Objects in unmanned aerial vehicle (UAV) images are generally small due to the high-photography altitude. Although many efforts have been made in object detection, how to accurately and quickly detect small objects is still one of the remaining open challenges. In this paper, we propose a feature fusion and scaling-based single shot detector (FS-SSD) for small object detection in the UAV images. The FS-SSD is an enhancement based on FSSD, a variety of the original single shot multibox detector (SSD). We add an extra scaling branch of the deconvolution module with an average pooling operation to form a feature pyramid. The original feature fusion branch is adjusted to be better suited to the small object detection task.
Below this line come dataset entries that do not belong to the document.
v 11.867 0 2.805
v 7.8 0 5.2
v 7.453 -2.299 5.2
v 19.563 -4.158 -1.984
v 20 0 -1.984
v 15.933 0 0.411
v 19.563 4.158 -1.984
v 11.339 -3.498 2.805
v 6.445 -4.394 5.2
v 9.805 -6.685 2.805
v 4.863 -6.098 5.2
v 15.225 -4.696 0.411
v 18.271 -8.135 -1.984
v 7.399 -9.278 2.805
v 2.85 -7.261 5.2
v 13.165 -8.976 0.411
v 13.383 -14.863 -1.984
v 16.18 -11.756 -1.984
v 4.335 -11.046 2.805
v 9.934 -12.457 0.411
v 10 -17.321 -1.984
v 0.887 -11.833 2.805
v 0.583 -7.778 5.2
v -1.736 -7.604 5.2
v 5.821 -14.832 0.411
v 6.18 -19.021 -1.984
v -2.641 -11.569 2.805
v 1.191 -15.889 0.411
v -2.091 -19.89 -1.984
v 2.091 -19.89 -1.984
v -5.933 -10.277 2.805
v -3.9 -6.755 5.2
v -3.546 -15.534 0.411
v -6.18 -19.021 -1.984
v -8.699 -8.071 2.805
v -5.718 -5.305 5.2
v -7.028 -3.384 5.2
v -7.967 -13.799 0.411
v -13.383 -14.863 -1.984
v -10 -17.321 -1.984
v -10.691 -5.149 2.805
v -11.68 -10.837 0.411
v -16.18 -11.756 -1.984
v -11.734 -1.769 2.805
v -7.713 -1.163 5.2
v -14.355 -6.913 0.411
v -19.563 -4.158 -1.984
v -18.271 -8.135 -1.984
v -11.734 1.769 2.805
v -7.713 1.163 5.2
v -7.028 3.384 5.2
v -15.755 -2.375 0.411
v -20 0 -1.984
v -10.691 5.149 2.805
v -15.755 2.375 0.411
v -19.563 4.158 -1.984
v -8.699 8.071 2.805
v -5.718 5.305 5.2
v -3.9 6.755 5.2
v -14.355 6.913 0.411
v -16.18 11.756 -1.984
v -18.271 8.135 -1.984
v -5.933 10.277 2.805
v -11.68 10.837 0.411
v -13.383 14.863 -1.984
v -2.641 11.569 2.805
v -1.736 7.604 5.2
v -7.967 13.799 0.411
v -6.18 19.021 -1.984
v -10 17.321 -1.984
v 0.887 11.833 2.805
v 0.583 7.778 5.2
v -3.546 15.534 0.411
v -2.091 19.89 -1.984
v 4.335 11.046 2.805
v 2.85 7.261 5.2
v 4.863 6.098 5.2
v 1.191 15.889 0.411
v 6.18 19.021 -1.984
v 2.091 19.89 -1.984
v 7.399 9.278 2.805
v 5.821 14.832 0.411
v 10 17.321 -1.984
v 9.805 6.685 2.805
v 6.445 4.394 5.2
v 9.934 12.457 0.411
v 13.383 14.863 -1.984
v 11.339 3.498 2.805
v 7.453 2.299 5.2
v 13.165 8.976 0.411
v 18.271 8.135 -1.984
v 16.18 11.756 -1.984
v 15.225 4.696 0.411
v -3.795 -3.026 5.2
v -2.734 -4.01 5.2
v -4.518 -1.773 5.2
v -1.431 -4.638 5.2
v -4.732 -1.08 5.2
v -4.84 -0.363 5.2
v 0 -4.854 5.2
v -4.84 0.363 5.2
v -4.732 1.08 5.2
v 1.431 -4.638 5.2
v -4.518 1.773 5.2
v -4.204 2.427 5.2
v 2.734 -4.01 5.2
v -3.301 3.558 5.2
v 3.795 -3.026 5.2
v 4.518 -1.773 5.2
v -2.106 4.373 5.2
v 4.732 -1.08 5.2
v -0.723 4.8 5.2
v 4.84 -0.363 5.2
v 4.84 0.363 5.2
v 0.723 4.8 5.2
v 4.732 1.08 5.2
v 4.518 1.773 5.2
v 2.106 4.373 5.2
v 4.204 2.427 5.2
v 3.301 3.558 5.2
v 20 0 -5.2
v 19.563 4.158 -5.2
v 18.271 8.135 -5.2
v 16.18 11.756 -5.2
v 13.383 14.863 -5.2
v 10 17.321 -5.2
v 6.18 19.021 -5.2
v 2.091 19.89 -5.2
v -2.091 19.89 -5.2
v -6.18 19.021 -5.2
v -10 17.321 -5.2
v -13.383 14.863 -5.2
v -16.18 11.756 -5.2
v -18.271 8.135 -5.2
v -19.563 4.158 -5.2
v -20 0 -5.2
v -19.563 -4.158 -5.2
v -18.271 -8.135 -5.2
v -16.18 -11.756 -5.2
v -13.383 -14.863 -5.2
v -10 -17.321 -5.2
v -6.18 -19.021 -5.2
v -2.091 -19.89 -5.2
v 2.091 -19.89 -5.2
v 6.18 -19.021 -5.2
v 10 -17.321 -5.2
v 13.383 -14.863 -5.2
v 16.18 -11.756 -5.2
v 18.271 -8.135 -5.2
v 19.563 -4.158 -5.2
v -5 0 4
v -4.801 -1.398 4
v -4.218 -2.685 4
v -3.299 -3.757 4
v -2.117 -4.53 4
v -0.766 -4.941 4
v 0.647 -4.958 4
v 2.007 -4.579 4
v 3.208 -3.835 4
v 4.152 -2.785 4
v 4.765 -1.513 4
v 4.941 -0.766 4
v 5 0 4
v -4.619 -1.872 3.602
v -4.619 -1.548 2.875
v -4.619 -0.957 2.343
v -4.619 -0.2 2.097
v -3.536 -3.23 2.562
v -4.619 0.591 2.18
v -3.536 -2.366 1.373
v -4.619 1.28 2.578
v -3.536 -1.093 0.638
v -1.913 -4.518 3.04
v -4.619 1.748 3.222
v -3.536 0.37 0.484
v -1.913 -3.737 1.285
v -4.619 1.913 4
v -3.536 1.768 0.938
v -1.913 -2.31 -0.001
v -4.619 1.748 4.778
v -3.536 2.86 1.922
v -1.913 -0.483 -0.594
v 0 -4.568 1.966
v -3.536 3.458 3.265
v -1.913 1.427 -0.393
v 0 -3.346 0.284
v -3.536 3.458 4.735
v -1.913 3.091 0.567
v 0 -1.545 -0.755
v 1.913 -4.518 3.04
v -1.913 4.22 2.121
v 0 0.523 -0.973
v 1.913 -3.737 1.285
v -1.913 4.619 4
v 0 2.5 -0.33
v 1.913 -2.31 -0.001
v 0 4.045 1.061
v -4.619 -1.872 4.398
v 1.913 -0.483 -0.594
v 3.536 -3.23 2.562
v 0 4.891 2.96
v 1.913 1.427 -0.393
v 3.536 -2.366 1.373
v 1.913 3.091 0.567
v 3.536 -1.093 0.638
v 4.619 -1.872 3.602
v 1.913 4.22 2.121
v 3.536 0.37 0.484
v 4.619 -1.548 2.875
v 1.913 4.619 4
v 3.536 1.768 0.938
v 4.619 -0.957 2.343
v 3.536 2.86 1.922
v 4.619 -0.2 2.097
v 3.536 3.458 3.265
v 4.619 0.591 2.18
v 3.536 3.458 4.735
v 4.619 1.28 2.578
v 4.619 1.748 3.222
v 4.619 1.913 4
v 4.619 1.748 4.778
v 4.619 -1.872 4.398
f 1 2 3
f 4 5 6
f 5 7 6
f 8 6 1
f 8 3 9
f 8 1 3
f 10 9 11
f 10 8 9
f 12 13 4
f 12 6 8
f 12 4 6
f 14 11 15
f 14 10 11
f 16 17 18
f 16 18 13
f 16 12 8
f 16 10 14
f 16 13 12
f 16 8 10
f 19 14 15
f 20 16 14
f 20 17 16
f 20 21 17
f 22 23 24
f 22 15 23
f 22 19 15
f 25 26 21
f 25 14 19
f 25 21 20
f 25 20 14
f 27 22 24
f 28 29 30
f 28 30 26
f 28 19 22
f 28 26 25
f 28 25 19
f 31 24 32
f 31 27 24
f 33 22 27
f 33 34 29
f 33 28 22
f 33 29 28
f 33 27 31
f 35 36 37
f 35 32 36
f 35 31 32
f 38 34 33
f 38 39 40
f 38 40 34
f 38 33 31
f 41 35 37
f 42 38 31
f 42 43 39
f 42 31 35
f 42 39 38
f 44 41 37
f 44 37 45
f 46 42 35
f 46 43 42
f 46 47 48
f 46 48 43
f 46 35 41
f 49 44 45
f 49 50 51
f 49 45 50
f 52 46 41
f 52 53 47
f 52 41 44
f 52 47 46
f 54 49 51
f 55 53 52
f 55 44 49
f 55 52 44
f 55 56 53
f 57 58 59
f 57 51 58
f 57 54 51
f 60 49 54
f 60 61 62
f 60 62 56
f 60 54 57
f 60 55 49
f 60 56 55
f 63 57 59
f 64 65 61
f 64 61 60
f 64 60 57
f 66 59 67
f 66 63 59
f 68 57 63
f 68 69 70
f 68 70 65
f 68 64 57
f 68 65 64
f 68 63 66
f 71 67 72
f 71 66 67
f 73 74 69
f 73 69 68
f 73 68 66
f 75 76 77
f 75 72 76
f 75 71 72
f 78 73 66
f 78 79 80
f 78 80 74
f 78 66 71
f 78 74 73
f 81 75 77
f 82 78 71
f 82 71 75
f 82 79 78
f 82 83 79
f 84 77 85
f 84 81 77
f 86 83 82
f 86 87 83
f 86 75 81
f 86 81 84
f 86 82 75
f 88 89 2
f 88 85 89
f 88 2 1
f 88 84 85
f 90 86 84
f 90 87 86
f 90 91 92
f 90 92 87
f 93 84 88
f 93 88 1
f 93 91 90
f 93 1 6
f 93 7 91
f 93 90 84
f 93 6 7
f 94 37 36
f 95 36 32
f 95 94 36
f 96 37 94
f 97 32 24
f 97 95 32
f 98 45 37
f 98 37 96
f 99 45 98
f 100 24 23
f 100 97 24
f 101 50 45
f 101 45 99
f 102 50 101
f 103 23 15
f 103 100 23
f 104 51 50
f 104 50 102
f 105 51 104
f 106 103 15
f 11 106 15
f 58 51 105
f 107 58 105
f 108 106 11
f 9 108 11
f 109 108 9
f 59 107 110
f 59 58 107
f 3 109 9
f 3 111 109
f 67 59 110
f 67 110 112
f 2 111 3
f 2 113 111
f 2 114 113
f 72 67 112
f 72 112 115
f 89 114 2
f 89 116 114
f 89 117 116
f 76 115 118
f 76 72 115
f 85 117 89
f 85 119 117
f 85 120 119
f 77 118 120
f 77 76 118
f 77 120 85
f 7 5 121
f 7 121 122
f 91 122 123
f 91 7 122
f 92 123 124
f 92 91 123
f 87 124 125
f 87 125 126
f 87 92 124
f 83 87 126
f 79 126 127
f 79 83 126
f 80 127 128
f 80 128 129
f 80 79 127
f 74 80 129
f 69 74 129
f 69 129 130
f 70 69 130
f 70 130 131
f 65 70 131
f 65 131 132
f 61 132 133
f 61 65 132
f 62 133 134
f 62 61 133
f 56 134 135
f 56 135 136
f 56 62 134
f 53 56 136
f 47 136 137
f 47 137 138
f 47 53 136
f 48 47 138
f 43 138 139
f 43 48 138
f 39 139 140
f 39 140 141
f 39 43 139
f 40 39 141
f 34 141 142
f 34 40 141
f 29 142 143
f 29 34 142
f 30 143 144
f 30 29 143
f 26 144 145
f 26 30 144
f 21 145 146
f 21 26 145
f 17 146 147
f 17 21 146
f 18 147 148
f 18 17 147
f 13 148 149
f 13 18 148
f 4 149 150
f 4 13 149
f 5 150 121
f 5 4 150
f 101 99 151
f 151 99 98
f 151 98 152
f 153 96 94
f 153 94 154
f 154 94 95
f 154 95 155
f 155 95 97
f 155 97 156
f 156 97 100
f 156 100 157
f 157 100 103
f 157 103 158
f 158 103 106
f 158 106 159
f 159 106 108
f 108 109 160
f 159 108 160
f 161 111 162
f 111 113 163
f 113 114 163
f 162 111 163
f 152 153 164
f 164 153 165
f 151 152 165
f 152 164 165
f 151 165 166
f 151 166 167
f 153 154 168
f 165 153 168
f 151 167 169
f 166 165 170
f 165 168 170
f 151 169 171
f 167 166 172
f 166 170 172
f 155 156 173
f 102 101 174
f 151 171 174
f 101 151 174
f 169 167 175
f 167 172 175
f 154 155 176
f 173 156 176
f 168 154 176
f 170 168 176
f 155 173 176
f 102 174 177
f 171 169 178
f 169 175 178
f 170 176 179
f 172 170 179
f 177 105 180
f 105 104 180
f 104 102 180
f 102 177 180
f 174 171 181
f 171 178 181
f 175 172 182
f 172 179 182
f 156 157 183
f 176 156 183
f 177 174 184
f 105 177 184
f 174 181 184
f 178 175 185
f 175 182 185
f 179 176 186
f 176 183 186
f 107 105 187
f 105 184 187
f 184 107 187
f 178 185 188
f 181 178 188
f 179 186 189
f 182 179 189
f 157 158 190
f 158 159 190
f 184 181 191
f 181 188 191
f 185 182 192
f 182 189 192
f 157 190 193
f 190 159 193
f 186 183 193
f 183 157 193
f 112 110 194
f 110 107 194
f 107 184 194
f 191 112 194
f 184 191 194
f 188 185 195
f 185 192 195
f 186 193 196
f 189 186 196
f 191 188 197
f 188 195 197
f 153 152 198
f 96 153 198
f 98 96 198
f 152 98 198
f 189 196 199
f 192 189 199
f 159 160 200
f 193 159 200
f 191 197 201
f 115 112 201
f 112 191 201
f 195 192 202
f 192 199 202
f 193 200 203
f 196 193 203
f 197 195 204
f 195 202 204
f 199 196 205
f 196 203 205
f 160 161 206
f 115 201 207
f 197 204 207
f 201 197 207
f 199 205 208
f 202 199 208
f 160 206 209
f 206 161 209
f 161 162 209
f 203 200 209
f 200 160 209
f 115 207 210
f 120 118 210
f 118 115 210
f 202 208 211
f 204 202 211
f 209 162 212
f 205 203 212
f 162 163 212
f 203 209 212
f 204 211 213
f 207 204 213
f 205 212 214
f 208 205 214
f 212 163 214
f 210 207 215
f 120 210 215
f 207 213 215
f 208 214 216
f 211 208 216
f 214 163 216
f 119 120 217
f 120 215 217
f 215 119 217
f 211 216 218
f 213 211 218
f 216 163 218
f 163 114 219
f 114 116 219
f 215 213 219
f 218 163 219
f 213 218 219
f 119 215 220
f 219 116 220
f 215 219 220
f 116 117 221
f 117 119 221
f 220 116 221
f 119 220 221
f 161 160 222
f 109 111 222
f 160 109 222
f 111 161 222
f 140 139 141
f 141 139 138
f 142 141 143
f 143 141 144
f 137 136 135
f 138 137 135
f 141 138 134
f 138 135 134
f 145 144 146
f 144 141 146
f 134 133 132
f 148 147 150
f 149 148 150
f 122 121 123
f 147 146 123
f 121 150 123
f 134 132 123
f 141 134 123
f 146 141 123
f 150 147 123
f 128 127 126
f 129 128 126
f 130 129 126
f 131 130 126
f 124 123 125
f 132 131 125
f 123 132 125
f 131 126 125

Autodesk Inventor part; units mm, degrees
ref_plane "YZ Plane" through (0, 0, 0) normal (1, 0, 0) x (0, 1, 0)
ref_plane "XZ Plane" through (0, 0, 0) normal (0, 1, 0) x (-1, 0, 0)
sketch "Skizze1" plane through (0, 0, 0) normal (0, 0, 1) x (1, 0, 0)
  line L0 (0, -28) -> (0, 28) projected
  line L1 (-28, 0) -> (28, 0) projected
  circle A0 centre (0, 0) radius 20
  dimension "d0" = 40
extrude "Extrusion1" add sketch "Skizze1" along normal mid plane 10.4
ref_plane "Arbeitsebene1" through (0, 0, 4) normal (0, 0, 1) x (1, 0, 0)
sketch "Skizze3" plane through (0, 0, 4) normal (0, 0, 1) x (1, 0, 0)
  arc A0 (-5, 0) -> (5, 0) centre (0, 0) ccw
  line L0 (-28, 0) -> (28, 0) projected
  line L1 (-5, 0) -> (5, 0)
  dimension "d4" = 10
revolve "Umdrehung1" cut sketch "Skizze3" angle 360 about axis through (-10, 0, 4) along (1, 0, 0)
sketch "Skizze4" plane through (0, 0, 0) normal (0, 1, 0) x (-1, 0, 0)
  line L0 (-20, -5.2) -> (20, -5.2) projected
  line L1 (20, 5.2) -> (-20, 5.2) projected
  line L2 (-20, -5.2) -> (-20, 5.2) projected
  line L3 (28, 0) -> (-28, 0) projected
  line L4 (0, -7.28) -> (0, 7.28) projected
  line L5 (20, 5.2) -> (-20, 5.2) projected
  line L6 (-7.8, 5.2) -> (-20, -1.9841)
  line L7 (-20, -1.9841) -> (-20, 5.2)
  line L8 (-20, 5.2) -> (-7.8, 5.2)
  point P0 (0, 0)
revolve "Umdrehung2" cut sketch "Skizze4" angle 360 about axis through (0, 0, -10) along (0, 0, 1) contours L2 L3 L6 | L2 L1 L6 L3
properties part number "Plastikfuß_40mm" material "ABS-Kunststoff"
The two feature pyramids generated by the deconvolution module and feature fusion module are utilized to make predictions together. In addition to the deep features learned by the FS-SSD, to further improve the detection accuracy, spatial context analysis is proposed to incorporate the object spatial relationships into object redetection. The interclass and intraclass distances between different object instances are computed as a spatial context, which proves effective for multiclass small object detection. Six experiments are conducted on the PASCAL VOC dataset and the two UAV image datasets. The experimental results demonstrate that the proposed method can achieve a comparable detection speed but an accuracy superior to those of the six state-of-the-art methods.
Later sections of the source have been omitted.